## WORK ORDER
Of the material below, only the lines from the line containing "with BuildPart() as" down to the line containing "# F3 (on face) → F5 (cut, through all)" belong in the answer, written out exactly.
(RECORDS PROVIDED begins)
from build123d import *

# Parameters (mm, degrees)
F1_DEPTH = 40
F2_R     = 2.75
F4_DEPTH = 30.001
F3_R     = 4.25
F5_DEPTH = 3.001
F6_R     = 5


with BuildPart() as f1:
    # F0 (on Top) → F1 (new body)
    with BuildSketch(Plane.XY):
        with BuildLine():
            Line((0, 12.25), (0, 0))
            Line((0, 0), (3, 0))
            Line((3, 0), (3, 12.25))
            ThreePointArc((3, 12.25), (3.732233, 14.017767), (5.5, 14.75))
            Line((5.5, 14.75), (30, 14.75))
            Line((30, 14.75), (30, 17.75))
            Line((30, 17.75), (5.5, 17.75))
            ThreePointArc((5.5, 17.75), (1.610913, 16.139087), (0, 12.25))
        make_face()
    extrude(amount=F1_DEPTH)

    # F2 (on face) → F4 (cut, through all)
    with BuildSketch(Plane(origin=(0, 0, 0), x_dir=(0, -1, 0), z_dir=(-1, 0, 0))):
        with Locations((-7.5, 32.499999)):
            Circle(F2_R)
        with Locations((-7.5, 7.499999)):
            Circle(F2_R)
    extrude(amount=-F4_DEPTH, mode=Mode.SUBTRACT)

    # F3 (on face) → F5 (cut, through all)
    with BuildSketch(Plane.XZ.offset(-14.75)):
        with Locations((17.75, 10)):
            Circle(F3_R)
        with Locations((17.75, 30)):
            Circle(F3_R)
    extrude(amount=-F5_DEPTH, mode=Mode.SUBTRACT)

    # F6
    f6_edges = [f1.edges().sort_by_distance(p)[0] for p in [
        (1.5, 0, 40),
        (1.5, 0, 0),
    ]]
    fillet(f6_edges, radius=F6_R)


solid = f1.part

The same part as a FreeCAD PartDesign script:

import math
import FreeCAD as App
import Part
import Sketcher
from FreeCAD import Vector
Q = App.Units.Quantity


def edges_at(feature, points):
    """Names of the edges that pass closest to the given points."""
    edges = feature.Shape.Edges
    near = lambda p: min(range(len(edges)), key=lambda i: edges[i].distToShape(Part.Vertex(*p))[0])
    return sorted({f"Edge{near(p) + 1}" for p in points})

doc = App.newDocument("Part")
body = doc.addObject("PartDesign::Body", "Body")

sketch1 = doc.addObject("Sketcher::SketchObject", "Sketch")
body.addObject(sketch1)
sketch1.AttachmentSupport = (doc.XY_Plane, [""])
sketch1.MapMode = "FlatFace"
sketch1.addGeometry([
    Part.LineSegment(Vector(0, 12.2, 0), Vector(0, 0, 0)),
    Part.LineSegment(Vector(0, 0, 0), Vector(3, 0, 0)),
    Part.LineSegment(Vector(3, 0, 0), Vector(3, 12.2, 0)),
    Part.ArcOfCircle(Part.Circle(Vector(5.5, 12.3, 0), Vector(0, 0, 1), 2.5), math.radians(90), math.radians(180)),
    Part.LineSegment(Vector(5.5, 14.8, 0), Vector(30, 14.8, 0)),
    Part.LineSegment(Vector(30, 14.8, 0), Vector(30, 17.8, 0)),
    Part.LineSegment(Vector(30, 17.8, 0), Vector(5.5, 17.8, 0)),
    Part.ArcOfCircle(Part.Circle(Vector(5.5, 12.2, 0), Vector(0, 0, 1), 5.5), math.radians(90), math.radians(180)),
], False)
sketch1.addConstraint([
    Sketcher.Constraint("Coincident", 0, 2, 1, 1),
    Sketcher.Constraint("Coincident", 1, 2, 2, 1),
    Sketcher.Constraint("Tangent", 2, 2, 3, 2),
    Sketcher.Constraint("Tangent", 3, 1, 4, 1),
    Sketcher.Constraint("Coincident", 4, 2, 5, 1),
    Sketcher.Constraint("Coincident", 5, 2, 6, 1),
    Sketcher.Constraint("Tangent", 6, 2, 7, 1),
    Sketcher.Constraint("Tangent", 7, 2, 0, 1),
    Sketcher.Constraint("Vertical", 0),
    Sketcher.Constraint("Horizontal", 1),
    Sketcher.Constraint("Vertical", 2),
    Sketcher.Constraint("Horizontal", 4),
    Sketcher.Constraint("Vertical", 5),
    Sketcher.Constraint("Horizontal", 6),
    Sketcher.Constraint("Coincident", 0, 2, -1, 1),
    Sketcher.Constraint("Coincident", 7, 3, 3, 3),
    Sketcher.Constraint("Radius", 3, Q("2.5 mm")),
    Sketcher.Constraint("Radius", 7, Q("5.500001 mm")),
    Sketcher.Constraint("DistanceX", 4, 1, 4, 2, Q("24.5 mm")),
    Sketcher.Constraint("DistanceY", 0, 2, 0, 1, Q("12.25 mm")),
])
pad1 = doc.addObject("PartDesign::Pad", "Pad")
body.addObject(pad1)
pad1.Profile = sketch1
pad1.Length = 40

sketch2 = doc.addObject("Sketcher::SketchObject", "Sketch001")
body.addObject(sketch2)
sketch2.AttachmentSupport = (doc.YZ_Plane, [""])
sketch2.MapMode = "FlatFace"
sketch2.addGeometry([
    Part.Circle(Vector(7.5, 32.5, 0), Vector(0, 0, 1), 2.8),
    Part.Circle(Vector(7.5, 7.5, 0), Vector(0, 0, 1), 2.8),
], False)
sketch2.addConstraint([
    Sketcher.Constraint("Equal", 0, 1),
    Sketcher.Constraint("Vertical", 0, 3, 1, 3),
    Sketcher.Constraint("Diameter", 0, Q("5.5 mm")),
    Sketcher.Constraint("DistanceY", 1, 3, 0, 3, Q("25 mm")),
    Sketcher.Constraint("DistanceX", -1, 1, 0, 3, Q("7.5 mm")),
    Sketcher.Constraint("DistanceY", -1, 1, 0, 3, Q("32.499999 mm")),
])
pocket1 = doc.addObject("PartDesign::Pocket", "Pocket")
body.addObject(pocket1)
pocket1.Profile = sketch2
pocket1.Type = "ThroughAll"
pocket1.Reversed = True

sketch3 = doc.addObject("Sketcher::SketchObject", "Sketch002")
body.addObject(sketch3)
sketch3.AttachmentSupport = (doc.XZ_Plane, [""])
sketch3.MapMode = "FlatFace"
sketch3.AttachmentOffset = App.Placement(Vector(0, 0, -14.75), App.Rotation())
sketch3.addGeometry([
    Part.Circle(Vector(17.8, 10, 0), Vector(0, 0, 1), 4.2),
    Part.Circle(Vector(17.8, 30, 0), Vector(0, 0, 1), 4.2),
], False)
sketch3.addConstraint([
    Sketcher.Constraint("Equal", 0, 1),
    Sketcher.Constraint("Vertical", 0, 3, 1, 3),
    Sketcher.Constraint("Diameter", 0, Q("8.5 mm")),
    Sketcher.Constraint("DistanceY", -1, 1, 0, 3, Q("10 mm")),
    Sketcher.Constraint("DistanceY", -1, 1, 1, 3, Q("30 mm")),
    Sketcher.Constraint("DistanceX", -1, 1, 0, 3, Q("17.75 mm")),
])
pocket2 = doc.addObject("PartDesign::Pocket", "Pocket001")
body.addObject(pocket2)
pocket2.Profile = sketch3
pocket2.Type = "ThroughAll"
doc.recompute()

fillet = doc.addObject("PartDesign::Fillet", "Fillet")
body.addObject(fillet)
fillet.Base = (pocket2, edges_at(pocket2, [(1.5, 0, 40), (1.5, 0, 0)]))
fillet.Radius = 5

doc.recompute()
(RECORDS PROVIDED ends)
(RECORDS PROVIDED begins)
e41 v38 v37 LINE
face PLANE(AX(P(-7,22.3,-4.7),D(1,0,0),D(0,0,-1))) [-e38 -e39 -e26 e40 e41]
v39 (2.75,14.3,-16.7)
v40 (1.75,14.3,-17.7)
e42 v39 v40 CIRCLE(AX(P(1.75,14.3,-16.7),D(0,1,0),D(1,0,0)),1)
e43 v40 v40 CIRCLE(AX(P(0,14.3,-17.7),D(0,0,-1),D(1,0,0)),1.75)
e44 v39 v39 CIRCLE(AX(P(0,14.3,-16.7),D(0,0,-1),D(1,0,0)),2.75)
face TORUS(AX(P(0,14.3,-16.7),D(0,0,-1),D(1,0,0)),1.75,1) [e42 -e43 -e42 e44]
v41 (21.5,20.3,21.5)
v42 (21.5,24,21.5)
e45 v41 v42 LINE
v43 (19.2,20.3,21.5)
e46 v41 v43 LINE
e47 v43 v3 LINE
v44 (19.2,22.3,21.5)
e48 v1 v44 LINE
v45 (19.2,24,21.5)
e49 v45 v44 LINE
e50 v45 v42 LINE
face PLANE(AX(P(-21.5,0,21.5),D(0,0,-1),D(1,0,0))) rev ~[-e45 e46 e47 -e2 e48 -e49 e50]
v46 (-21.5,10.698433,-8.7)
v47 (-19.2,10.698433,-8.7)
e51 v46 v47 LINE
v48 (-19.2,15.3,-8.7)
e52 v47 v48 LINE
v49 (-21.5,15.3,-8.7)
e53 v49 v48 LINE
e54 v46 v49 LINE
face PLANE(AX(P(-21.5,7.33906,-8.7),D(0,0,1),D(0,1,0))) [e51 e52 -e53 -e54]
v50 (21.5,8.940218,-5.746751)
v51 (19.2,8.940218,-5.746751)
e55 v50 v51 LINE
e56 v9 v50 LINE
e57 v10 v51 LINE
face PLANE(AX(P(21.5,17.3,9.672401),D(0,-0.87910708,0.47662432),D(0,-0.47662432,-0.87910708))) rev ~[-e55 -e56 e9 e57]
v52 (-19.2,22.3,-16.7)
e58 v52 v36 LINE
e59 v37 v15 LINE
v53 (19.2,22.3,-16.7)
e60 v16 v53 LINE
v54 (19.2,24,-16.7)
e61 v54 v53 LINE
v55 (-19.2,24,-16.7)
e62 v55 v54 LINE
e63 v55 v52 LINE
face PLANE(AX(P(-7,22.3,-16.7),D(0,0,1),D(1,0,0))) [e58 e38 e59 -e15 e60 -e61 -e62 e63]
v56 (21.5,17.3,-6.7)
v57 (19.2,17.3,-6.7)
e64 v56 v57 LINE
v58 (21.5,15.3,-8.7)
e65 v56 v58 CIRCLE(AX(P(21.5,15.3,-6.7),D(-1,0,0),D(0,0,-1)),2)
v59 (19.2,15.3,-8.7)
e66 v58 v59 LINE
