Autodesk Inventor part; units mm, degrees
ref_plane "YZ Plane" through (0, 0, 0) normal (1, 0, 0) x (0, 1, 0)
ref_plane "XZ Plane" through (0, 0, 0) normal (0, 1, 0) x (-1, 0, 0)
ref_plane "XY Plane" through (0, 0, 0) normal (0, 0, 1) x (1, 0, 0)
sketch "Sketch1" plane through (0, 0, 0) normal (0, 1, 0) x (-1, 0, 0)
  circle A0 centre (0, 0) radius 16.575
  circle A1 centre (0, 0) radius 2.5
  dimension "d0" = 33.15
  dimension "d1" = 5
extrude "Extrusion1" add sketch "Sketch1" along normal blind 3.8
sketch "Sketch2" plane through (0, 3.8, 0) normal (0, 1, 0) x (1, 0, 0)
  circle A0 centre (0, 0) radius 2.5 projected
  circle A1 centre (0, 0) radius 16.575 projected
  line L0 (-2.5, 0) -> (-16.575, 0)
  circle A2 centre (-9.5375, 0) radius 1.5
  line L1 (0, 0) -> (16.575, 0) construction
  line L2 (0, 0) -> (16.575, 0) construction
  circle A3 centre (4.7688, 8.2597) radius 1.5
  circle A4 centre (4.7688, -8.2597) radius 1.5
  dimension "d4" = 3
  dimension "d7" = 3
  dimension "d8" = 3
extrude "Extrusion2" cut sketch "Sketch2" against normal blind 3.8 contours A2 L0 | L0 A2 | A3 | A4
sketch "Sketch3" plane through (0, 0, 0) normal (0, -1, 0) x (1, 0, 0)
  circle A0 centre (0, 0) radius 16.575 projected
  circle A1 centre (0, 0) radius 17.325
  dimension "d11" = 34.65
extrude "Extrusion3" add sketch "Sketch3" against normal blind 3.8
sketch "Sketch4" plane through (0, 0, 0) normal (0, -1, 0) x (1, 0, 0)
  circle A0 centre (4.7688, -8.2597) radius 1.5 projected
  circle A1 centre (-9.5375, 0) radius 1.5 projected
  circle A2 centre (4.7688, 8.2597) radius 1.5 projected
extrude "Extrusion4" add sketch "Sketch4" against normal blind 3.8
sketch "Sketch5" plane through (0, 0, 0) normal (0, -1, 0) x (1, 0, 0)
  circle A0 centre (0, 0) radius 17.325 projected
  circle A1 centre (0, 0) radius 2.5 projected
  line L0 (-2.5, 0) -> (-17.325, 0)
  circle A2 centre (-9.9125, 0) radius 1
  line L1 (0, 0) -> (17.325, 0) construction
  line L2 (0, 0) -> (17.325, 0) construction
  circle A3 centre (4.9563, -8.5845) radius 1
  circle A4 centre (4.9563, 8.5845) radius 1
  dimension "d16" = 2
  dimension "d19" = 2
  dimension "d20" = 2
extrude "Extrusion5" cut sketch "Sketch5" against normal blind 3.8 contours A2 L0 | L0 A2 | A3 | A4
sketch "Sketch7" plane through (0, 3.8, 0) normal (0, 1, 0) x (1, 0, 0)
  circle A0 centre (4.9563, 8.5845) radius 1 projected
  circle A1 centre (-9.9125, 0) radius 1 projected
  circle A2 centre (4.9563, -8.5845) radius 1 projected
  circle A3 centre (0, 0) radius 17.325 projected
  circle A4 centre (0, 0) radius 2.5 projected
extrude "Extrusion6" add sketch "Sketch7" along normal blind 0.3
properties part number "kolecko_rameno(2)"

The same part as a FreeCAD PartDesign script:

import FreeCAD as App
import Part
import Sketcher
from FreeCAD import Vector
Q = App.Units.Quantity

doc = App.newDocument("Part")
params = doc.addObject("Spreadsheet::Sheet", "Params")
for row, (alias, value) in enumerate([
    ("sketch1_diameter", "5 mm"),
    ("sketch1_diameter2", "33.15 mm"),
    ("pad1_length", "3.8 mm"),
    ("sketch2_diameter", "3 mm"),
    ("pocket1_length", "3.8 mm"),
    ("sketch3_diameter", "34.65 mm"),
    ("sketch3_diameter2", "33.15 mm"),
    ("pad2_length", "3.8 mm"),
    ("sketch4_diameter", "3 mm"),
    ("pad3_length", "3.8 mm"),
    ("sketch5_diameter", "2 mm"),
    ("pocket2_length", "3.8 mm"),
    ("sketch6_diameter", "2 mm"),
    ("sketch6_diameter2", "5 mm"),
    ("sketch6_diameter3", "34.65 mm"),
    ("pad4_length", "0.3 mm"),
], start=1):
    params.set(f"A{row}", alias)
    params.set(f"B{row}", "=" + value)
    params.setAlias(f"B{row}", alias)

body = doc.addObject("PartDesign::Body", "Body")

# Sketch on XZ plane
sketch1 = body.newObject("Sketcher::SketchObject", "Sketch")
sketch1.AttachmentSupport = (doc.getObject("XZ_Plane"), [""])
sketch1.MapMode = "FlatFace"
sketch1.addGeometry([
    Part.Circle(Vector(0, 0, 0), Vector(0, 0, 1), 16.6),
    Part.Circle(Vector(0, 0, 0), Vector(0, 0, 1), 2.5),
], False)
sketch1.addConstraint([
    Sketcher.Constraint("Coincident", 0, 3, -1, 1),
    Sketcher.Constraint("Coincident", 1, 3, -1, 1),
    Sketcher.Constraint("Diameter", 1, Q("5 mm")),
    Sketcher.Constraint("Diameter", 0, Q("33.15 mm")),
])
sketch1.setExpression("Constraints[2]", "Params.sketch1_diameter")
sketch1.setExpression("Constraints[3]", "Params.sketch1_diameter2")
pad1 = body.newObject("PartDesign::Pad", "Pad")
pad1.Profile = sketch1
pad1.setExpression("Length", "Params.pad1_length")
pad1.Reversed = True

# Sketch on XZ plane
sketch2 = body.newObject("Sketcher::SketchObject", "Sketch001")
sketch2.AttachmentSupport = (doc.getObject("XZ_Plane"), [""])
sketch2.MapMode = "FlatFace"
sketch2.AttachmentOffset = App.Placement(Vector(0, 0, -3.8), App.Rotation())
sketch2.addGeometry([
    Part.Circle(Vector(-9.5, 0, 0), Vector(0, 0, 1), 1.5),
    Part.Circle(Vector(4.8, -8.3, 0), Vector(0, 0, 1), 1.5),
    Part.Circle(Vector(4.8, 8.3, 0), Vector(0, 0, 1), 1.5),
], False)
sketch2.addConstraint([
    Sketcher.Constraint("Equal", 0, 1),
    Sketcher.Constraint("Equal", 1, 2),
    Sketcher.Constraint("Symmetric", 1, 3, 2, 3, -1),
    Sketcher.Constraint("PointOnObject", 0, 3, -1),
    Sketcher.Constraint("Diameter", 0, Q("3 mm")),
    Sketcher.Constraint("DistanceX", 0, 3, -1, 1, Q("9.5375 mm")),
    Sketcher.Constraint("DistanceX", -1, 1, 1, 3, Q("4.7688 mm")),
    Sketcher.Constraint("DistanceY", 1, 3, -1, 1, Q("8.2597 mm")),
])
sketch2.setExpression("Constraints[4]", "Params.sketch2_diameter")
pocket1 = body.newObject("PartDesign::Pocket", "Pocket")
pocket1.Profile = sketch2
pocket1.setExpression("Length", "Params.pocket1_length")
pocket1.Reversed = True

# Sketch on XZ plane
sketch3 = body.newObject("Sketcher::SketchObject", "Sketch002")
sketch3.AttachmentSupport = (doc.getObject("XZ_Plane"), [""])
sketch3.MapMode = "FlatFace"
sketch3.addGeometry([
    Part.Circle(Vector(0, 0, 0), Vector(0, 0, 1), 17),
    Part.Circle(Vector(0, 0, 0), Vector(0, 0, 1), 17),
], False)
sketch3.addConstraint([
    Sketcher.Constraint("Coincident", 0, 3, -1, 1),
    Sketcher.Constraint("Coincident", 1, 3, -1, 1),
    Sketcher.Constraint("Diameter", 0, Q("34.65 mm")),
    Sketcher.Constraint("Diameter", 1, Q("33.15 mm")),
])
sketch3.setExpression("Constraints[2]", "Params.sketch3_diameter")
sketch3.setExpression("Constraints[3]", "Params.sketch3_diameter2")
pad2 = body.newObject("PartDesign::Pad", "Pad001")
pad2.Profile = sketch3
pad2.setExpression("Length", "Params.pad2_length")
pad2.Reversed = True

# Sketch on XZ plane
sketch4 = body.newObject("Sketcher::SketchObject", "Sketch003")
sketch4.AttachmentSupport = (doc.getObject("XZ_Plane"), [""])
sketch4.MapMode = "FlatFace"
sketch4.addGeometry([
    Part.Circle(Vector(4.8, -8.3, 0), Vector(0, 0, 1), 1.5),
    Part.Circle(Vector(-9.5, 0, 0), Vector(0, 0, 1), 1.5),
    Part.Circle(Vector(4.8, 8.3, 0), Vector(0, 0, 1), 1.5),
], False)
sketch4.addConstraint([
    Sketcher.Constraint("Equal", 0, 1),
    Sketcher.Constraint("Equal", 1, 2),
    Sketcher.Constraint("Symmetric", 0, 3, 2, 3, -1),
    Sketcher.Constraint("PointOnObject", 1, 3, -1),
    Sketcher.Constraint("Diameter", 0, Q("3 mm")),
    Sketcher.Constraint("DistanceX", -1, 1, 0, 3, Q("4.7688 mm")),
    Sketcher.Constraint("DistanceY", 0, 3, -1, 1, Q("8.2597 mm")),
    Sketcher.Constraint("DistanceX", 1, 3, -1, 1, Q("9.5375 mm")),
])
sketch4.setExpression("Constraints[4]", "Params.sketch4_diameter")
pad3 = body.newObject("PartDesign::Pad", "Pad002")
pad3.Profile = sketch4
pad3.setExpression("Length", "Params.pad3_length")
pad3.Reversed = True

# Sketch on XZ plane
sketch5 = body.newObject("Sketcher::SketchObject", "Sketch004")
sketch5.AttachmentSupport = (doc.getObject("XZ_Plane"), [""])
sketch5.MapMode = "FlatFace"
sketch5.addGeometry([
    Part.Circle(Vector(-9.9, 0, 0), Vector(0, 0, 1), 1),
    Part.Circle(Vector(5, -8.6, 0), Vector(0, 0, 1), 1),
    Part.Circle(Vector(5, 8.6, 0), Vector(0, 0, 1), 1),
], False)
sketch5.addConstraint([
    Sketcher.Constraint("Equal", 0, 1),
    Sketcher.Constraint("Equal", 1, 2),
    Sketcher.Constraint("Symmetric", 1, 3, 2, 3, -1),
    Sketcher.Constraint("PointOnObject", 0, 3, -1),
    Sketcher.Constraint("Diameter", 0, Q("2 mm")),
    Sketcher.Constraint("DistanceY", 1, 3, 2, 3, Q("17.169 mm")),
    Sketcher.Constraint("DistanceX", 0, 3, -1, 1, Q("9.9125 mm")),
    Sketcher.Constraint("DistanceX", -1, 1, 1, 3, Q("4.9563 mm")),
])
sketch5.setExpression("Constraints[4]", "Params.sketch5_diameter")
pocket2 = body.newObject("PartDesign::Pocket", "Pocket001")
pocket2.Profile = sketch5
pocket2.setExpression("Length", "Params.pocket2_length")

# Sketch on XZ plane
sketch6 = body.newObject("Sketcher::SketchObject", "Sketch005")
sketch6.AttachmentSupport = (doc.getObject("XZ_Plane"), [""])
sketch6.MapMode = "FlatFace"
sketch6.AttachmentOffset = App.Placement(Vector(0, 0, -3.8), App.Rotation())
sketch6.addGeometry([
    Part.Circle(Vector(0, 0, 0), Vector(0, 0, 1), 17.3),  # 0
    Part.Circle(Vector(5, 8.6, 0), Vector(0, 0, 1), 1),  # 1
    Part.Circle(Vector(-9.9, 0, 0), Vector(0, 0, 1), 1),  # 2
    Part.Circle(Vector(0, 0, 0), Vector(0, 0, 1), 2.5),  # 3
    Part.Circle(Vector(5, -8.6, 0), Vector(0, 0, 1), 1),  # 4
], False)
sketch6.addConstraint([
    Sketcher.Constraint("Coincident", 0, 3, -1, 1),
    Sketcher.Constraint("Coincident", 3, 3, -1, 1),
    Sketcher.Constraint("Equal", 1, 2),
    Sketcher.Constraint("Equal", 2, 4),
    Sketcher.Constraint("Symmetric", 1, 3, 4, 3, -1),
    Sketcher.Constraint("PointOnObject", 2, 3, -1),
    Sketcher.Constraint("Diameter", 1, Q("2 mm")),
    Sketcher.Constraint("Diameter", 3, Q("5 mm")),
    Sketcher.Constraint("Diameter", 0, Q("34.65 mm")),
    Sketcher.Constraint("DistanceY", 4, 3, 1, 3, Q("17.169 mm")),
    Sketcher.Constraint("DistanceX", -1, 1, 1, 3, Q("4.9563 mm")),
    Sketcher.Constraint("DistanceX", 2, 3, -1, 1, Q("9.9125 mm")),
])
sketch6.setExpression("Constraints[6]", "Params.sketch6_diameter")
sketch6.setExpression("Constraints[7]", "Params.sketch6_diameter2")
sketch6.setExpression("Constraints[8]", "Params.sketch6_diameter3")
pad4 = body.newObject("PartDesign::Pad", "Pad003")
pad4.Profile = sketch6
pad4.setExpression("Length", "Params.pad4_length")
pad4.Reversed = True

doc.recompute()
(RECORDS PROVIDED ends)
## SOLVED EXERCISE
with BuildPart() as f1:
    # F0 (on Top) → F1 (new body)
    with BuildSketch(Plane.XY):
        with BuildLine():
            Line((0, 12.25), (0, 0))
            Line((0, 0), (3, 0))
            Line((3, 0), (3, 12.25))
            ThreePointArc((3, 12.25), (3.732233, 14.017767), (5.5, 14.75))
            Line((5.5, 14.75), (30, 14.75))
            Line((30, 14.75), (30, 17.75))
            Line((30, 17.75), (5.5, 17.75))
            ThreePointArc((5.5, 17.75), (1.610913, 16.139087), (0, 12.25))
        make_face()
    extrude(amount=F1_DEPTH)

    # F2 (on face) → F4 (cut, through all)
    with BuildSketch(Plane(origin=(0, 0, 0), x_dir=(0, -1, 0), z_dir=(-1, 0, 0))):
        with Locations((-7.5, 32.499999)):
            Circle(F2_R)
        with Locations((-7.5, 7.499999)):
            Circle(F2_R)
    extrude(amount=-F4_DEPTH, mode=Mode.SUBTRACT)

    # F3 (on face) → F5 (cut, through all)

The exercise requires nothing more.